#### Exercise materials:
- - - - -

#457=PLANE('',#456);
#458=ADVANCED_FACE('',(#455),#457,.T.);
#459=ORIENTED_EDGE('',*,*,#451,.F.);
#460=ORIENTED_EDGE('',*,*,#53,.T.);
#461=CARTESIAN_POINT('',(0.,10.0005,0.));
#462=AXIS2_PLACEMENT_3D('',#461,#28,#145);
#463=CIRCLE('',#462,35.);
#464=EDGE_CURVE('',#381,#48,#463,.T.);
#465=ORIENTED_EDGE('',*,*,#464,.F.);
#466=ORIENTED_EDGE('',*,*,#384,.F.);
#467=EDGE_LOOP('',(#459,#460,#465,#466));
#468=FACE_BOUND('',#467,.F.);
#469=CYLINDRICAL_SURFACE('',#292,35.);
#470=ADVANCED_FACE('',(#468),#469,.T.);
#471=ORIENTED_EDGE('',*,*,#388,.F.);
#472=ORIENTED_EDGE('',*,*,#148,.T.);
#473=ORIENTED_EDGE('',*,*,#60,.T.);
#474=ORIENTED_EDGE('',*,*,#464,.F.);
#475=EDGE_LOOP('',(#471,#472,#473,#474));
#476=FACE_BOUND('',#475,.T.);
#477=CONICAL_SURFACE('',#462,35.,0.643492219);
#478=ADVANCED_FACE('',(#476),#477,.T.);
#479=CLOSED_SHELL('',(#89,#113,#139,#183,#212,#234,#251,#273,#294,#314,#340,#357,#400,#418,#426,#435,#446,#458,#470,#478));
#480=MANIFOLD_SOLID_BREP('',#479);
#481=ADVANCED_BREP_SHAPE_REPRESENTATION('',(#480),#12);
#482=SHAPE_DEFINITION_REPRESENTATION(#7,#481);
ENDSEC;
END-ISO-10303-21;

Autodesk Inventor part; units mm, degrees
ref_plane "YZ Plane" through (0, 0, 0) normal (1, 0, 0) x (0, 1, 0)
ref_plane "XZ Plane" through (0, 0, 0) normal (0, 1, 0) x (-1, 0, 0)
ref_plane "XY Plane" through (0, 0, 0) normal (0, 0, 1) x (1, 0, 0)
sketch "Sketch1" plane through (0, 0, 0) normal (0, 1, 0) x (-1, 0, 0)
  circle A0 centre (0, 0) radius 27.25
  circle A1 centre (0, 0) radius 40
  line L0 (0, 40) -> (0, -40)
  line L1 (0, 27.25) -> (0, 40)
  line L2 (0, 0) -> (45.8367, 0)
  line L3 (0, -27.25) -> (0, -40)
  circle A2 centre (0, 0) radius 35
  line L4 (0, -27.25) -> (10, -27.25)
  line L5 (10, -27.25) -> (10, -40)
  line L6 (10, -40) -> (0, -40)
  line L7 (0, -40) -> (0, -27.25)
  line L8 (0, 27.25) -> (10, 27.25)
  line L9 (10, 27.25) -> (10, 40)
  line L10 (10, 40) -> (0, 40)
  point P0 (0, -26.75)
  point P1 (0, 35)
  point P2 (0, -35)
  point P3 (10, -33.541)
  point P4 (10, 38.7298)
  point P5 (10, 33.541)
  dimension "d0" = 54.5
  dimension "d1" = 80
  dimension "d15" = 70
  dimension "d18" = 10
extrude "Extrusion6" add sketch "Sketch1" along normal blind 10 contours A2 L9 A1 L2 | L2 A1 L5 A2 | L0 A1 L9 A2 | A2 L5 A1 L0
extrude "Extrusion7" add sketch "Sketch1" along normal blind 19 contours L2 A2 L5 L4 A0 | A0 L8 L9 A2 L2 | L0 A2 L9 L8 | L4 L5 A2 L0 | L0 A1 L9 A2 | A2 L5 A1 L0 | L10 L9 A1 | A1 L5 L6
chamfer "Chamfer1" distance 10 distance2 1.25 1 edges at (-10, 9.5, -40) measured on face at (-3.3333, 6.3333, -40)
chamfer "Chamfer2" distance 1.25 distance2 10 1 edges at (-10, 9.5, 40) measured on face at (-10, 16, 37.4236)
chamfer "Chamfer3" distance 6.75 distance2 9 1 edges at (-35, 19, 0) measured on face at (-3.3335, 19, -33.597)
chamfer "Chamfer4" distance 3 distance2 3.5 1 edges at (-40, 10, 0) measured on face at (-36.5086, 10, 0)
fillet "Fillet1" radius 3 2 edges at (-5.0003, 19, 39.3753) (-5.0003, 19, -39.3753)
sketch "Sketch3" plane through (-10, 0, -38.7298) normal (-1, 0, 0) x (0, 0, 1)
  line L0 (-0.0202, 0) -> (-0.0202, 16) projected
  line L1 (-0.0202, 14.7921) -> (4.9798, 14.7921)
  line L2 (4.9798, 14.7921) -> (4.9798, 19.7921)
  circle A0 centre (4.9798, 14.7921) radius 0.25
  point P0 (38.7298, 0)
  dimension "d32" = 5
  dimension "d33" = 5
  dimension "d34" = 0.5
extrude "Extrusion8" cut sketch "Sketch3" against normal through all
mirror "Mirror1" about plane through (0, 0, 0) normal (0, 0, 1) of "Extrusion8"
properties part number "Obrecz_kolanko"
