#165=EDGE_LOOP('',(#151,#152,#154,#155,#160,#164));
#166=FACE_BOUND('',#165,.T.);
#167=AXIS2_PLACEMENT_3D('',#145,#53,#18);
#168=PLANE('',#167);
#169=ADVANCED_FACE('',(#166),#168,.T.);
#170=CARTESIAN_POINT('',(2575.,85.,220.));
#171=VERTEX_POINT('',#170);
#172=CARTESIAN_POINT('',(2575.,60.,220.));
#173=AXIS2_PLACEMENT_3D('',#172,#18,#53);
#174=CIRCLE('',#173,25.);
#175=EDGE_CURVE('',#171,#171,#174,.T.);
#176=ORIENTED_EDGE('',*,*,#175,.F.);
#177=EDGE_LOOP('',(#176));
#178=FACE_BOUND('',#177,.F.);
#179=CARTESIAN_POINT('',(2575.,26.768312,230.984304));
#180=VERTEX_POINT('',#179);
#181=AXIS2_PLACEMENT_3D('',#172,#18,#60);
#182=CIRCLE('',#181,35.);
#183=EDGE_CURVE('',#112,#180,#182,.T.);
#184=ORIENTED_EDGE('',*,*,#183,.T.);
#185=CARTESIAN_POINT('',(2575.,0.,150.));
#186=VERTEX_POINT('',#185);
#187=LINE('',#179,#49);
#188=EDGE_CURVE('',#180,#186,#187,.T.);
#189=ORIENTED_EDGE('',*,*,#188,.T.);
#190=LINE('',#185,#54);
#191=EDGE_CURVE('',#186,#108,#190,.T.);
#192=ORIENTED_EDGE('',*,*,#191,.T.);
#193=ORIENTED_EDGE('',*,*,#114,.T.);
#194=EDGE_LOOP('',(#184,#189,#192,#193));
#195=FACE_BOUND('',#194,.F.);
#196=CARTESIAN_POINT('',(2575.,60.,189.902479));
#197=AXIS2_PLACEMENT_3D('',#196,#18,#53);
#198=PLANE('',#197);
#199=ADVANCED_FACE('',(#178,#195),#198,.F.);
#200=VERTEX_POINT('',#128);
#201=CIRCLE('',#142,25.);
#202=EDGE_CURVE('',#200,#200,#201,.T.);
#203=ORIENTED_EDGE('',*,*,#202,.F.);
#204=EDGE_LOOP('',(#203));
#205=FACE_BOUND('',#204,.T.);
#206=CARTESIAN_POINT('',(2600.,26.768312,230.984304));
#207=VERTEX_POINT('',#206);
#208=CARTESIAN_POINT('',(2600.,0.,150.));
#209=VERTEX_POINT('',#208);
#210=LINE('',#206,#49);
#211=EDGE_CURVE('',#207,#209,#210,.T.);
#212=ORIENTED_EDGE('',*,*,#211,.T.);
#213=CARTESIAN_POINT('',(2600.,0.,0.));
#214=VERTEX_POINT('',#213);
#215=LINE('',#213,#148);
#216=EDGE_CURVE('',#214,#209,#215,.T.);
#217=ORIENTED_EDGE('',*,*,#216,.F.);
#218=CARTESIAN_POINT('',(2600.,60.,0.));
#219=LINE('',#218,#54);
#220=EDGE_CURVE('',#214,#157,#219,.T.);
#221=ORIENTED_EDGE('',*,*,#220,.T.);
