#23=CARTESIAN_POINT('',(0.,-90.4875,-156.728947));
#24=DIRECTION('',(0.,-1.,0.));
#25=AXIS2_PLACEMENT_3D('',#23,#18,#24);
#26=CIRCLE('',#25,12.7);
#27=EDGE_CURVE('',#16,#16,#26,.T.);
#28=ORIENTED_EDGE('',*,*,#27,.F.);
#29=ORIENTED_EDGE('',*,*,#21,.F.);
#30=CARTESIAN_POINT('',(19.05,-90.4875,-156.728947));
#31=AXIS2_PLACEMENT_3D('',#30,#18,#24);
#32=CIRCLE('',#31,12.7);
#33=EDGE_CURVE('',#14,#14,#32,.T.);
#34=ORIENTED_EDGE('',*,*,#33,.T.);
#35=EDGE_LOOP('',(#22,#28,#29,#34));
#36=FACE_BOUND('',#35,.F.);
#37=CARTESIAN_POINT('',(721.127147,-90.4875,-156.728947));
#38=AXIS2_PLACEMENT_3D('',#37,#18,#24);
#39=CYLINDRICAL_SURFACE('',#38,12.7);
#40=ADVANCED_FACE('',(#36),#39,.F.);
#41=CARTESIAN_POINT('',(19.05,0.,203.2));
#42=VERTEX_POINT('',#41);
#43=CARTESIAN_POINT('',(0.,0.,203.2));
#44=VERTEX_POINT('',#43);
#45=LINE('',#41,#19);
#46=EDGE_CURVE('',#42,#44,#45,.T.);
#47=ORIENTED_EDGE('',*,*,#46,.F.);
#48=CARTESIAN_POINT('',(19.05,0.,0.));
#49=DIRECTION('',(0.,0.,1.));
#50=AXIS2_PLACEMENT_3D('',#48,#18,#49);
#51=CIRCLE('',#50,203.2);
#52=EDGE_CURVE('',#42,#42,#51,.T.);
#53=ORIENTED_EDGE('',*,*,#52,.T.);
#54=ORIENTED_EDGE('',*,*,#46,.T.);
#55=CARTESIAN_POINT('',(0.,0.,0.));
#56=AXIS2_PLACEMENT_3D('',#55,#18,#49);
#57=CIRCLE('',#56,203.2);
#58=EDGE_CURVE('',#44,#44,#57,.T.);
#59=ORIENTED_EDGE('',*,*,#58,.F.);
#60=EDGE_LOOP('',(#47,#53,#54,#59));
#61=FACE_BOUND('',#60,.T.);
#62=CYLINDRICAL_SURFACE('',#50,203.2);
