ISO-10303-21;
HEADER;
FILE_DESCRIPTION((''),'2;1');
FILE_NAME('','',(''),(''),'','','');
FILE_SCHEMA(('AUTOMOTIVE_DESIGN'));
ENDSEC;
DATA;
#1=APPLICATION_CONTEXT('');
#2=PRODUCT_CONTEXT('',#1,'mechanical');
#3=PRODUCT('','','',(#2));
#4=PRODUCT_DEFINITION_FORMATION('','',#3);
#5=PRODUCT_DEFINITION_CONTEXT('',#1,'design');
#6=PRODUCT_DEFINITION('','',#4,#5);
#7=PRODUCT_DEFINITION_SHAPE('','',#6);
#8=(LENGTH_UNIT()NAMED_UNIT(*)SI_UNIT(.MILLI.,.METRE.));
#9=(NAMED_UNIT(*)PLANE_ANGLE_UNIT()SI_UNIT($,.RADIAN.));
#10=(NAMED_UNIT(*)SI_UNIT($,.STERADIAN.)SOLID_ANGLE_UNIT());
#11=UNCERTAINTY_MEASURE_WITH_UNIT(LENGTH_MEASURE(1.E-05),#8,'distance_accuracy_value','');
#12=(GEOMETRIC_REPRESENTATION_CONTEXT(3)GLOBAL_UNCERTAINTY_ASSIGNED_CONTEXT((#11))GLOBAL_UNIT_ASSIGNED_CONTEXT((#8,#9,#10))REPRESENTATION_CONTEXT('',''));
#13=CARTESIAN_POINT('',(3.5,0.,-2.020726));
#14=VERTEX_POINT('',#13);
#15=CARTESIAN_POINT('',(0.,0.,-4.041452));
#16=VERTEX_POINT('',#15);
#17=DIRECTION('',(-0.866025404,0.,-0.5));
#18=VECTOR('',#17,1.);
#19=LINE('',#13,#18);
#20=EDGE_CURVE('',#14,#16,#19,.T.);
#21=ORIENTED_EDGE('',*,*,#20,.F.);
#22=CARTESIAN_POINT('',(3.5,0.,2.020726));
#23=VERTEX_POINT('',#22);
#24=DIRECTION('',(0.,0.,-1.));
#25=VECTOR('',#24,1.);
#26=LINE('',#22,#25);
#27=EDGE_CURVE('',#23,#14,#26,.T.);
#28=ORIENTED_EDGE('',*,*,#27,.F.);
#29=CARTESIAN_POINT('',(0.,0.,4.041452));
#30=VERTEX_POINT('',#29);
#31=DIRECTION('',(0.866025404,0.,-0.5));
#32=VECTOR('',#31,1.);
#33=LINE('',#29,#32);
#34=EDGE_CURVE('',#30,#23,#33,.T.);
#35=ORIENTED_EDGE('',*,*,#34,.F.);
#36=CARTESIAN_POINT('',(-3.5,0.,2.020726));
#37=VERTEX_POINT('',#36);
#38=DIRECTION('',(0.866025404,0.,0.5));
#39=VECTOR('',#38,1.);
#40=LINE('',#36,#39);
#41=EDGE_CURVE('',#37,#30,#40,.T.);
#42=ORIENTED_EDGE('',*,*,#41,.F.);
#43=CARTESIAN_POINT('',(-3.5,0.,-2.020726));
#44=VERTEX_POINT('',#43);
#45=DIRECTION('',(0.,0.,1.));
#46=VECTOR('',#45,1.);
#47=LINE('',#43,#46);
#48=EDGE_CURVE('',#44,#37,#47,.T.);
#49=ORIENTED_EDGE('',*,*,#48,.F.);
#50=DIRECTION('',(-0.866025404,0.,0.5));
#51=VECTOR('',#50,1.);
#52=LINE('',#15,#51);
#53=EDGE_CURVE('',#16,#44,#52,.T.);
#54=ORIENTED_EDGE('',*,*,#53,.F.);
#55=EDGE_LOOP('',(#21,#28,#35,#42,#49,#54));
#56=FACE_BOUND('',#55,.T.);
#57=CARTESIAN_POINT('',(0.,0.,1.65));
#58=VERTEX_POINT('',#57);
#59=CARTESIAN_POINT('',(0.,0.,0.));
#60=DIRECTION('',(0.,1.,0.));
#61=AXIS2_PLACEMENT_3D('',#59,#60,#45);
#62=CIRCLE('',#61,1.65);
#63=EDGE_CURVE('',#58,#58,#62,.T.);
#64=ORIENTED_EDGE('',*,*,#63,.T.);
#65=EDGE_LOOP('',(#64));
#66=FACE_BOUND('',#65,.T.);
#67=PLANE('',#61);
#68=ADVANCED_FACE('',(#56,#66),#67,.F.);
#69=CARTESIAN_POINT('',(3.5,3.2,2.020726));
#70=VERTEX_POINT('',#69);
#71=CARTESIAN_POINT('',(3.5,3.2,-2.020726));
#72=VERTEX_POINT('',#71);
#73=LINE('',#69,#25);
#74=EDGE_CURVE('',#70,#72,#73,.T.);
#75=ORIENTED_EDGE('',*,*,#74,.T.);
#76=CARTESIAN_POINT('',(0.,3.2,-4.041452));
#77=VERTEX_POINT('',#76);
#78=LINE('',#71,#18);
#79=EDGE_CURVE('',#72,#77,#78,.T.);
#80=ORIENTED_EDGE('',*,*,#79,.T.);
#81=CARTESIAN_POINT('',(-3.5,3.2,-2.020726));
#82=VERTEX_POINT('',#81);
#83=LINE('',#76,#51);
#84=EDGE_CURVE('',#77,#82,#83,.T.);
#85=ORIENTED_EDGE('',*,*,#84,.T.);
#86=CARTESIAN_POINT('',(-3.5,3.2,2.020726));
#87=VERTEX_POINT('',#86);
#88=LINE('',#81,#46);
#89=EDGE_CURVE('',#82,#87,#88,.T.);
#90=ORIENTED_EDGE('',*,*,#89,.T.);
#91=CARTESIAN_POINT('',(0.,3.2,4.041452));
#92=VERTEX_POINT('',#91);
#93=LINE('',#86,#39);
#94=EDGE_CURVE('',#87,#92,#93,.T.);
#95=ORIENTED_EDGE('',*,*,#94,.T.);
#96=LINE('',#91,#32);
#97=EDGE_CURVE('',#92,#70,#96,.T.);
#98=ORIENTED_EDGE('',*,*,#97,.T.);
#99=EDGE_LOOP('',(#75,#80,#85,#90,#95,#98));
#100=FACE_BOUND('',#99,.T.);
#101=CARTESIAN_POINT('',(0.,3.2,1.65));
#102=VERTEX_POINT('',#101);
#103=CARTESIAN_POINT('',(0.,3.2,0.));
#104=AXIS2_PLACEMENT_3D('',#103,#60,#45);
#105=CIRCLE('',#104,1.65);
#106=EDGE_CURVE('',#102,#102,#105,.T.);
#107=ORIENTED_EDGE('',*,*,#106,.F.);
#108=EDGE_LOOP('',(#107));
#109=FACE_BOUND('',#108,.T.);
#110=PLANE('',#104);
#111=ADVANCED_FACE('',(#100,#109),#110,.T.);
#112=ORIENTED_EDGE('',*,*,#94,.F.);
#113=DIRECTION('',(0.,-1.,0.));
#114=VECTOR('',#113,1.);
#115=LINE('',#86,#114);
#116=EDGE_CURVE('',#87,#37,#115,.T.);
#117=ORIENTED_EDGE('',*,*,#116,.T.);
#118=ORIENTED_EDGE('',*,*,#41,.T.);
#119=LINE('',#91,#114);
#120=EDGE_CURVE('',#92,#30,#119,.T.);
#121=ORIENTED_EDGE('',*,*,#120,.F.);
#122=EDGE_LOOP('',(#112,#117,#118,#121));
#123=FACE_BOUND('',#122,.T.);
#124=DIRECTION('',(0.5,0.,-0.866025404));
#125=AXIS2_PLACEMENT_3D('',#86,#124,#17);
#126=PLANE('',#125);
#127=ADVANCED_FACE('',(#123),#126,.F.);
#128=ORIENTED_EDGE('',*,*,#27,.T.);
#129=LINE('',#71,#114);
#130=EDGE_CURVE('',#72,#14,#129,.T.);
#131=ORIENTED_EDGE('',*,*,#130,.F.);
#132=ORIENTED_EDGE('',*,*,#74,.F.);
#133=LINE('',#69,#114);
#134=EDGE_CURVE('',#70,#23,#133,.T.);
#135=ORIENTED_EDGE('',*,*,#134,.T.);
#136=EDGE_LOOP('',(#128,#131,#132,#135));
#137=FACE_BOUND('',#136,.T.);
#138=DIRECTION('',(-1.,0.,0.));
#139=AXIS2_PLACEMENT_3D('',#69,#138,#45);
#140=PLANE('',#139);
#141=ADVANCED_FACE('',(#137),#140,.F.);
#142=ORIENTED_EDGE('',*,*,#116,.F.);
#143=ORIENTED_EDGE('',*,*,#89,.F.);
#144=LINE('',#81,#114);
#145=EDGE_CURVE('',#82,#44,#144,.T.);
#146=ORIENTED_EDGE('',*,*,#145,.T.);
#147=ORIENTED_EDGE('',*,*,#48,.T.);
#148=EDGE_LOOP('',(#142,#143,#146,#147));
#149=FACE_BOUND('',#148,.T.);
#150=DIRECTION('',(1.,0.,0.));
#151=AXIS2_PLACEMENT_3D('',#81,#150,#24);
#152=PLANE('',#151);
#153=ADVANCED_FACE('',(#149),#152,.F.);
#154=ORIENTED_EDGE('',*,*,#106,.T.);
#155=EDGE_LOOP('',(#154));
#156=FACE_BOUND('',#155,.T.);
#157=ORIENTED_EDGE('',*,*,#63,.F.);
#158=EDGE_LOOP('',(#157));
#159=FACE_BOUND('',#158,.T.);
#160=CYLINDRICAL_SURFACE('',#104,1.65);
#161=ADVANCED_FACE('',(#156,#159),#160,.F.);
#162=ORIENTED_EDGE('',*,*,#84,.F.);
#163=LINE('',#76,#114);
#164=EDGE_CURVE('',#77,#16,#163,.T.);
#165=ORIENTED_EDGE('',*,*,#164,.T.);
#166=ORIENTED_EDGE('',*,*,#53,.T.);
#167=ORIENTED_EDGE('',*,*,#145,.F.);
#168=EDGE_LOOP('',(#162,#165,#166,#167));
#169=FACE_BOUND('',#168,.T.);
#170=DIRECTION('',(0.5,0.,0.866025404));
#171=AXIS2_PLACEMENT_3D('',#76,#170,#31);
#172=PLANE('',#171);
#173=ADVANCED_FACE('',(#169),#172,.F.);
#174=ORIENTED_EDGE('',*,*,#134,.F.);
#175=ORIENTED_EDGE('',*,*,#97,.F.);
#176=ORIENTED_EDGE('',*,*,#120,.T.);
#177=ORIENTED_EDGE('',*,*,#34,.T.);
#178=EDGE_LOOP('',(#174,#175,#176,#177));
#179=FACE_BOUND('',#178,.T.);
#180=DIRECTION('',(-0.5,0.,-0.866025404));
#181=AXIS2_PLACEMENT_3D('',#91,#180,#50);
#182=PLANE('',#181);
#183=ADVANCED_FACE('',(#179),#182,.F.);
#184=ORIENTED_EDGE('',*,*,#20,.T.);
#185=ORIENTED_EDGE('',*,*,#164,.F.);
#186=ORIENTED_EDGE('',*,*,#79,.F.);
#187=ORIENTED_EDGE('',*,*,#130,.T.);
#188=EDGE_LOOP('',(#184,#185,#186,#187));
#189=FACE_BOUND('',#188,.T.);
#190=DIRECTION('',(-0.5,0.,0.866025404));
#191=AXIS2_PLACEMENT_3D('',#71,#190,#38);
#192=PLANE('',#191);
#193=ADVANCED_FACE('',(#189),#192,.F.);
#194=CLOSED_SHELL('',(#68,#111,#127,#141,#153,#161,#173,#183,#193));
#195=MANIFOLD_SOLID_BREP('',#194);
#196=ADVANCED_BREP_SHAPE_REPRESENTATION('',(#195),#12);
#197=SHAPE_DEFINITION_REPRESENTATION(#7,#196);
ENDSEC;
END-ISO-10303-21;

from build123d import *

# Parameters (mm, degrees)
EXTRUDE_1_DEPTH = 3.2
M4X0_71_D       = 3.3
M4X0_71_DEPTH   = 11.5
M4X0_71_TIP     = 0.991420021


with BuildPart() as part:
    # Эскиз1 → Бобышка-Вытянуть1 (new body)
    with BuildSketch(Plane(origin=(0, 0, 0), x_dir=(1, 0, 0), z_dir=(0, 1, 0))):
        Polygon((0, 4.041451884), (-3.5, 2.020725942), (-3.5, -2.020725942), (0, -4.041451884), (3.5, -2.020725942), (3.5, 2.020725942), align=None)
    extrude(amount=EXTRUDE_1_DEPTH)

    # Отверстие обработанное метчиком M4x0.71
    with Locations(Plane(origin=(0, 3.2, 0), x_dir=(1, 0, 0), z_dir=(0, 1, 0))):
        with Locations((0, 0)):
            Hole(M4X0_71_D / 2, depth=M4X0_71_DEPTH)
            with Locations((0, 0, -(M4X0_71_DEPTH + M4X0_71_TIP / 2))):  # 118° drill point
                Cone(0, M4X0_71_D / 2, M4X0_71_TIP, mode=Mode.SUBTRACT)


solid = part.part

- - - - -

#### Exercise details:
Output each line of the records above exactly, beginning at the first, and stop once the line containing "#469=CYLINDRICAL_SURFACE('',#292,35.);" has been output.

#### Task result:
#457=PLANE('',#456);
#458=ADVANCED_FACE('',(#455),#457,.T.);
#459=ORIENTED_EDGE('',*,*,#451,.F.);
#460=ORIENTED_EDGE('',*,*,#53,.T.);
#461=CARTESIAN_POINT('',(0.,10.0005,0.));
#462=AXIS2_PLACEMENT_3D('',#461,#28,#145);
#463=CIRCLE('',#462,35.);
#464=EDGE_CURVE('',#381,#48,#463,.T.);
#465=ORIENTED_EDGE('',*,*,#464,.F.);
#466=ORIENTED_EDGE('',*,*,#384,.F.);
#467=EDGE_LOOP('',(#459,#460,#465,#466));
#468=FACE_BOUND('',#467,.F.);
#469=CYLINDRICAL_SURFACE('',#292,35.);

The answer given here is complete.